OptiType: 4-digit HLA typer

optional arguments:
  -h, --help            show this help message and exit
  --input FQ [FQ], -i FQ [FQ]
                        .fastq file(s) (fished or raw) or .bam files stored
                        for re-use, generated by an earlier OptiType run. One
                        file: single-end mode, two files: paired-end mode.
  --rna, -r             Use with RNA sequencing data.
  --dna, -d             Use with DNA sequencing data.
  --beta B, -b B        The beta value for for homozygosity detection (see
                        paper). Default: 0.009. Handle with care.
  --enumerate N, -e N   Number of enumerations. OptiType will output the
                        optimal solution and the top N-1 suboptimal solutions
                        in the results CSV. Default: 1
  --outdir OUTDIR, -o OUTDIR
                        Specifies the out directory to which all files should
                        be written.
  --verbose, -v         Set verbose mode on.
  --config CONFIG, -c CONFIG
                        Path to config file. Default: config.ini in the same
                        directory as this script

Furthermore, depending on your settings in config.ini you can choose to keep the bam files OptiType produces when all-mapping reads against the reference: these will be stored in the output directory of your current run.

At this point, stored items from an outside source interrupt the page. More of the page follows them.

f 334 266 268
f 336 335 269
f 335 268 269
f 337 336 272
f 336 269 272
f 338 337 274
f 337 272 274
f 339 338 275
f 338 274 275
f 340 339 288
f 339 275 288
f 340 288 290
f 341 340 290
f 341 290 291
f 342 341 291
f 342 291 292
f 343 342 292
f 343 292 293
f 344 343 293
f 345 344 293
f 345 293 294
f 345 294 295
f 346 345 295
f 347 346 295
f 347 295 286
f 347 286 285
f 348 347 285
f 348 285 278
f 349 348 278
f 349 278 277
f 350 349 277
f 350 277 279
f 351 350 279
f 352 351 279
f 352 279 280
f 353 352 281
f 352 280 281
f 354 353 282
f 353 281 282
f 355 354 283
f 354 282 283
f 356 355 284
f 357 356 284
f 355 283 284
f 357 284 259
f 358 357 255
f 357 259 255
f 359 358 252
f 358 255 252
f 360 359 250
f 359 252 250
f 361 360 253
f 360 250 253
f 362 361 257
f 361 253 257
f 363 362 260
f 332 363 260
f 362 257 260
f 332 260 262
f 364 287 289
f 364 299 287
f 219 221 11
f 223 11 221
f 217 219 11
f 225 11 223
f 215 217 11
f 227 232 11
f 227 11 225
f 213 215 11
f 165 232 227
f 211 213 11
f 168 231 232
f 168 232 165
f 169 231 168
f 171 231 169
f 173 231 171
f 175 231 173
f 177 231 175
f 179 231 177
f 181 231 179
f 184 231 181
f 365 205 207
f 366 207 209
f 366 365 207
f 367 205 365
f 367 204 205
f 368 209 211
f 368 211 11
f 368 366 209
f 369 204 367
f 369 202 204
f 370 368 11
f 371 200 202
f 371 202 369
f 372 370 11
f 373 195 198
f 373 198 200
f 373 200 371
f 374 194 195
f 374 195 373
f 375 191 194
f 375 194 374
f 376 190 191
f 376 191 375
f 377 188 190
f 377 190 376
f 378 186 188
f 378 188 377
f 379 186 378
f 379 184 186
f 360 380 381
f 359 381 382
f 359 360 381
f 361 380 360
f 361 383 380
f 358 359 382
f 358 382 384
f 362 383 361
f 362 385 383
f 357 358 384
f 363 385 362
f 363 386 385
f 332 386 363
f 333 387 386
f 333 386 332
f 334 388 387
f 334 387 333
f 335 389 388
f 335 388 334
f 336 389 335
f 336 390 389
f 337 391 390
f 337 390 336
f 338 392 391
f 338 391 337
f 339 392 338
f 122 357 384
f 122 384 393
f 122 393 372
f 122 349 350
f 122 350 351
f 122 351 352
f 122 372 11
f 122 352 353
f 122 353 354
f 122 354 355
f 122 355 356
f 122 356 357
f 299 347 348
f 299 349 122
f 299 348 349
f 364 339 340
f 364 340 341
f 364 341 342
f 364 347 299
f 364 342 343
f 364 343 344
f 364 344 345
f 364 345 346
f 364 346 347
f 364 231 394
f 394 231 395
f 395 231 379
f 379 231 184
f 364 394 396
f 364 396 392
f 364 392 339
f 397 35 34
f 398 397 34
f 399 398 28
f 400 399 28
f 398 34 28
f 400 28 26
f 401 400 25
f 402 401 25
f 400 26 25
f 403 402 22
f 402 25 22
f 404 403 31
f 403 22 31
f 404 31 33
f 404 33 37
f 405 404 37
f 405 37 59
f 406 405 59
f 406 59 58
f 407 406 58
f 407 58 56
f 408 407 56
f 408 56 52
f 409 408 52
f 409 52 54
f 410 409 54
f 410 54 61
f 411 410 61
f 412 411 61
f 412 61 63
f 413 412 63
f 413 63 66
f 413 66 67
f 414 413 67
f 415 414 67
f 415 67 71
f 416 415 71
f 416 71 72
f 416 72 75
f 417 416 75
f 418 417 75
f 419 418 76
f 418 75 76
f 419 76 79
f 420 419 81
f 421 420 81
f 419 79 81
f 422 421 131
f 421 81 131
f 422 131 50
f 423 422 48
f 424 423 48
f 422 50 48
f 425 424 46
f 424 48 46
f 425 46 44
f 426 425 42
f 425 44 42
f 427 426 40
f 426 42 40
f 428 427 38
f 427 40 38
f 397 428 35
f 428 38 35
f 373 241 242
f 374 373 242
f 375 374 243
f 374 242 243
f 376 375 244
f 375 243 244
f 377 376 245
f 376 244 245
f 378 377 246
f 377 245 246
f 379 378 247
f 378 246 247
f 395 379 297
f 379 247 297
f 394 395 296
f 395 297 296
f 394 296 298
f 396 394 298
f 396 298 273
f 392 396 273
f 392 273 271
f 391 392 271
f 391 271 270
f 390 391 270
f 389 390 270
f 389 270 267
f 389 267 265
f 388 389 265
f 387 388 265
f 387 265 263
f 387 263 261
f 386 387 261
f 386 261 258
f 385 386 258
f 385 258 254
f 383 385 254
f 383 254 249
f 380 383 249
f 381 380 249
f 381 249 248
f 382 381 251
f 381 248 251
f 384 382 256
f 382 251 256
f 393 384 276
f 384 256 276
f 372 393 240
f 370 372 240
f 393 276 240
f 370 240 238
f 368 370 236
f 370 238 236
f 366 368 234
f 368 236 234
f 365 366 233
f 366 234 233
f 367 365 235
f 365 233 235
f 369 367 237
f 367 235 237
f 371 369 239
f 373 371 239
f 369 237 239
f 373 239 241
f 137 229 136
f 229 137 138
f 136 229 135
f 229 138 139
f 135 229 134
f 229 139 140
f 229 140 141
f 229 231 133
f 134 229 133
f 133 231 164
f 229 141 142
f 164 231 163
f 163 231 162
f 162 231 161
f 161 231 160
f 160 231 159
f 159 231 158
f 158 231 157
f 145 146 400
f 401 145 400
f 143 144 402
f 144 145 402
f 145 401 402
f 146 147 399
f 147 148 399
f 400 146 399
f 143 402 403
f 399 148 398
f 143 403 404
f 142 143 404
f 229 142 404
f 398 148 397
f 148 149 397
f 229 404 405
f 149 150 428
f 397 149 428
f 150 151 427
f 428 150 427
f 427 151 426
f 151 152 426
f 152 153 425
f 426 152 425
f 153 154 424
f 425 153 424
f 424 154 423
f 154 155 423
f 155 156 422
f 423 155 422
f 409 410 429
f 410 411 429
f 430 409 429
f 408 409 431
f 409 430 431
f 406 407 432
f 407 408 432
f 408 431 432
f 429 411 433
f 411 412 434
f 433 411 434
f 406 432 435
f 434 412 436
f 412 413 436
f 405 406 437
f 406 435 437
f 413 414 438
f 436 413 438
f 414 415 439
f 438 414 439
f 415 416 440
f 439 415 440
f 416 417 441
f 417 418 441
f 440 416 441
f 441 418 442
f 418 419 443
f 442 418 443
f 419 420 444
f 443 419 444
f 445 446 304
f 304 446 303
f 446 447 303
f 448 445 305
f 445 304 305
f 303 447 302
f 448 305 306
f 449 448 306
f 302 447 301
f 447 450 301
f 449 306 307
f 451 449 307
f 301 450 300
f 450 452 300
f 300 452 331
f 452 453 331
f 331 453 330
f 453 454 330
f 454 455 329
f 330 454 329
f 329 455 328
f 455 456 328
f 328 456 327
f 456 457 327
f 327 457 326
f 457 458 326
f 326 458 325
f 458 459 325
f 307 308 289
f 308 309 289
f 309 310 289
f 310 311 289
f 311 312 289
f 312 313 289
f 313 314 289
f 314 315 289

Then, if you want to re-run OptiType on the same sample, you can give it those intermediate .bam files as input instead of .fastq files, and spare on the mapping part of the pipeline. Note: these .bam files have nothing to do with those produced during the filtering/fishing step.

Test examples

DNA data (paired end):

python OptiTypePipeline.py -i ./test/exome/NA11995_SRR766010_1_fished.fastq ./test/exome/NA11995_SRR766010_2_fished.fastq --dna -v -o ./test/exome/

RNA data (paired end):

python OptiTypePipeline.py -i ./test/rna/CRC_81_N_1_fished.fastq ./test/rna/CRC_81_N_2_fished.fastq --rna -v -o ./test/rna/

Contact

András Szolek
szolek@informatik.uni-tuebingen.de
University of Tübingen, Applied Bioinformatics,
Center for Bioinformatics, Quantitative Biology Center,
and Dept. of Computer Science,
Sand 14, 72076 Tübingen, Germany

Reference

Szolek, A, Schubert, B, Mohr, C, Sturm, M, Feldhahn, M, and Kohlbacher, O (2014). OptiType: precision HLA typing from next-generation sequencing data Bioinformatics, 30(23):3310-6.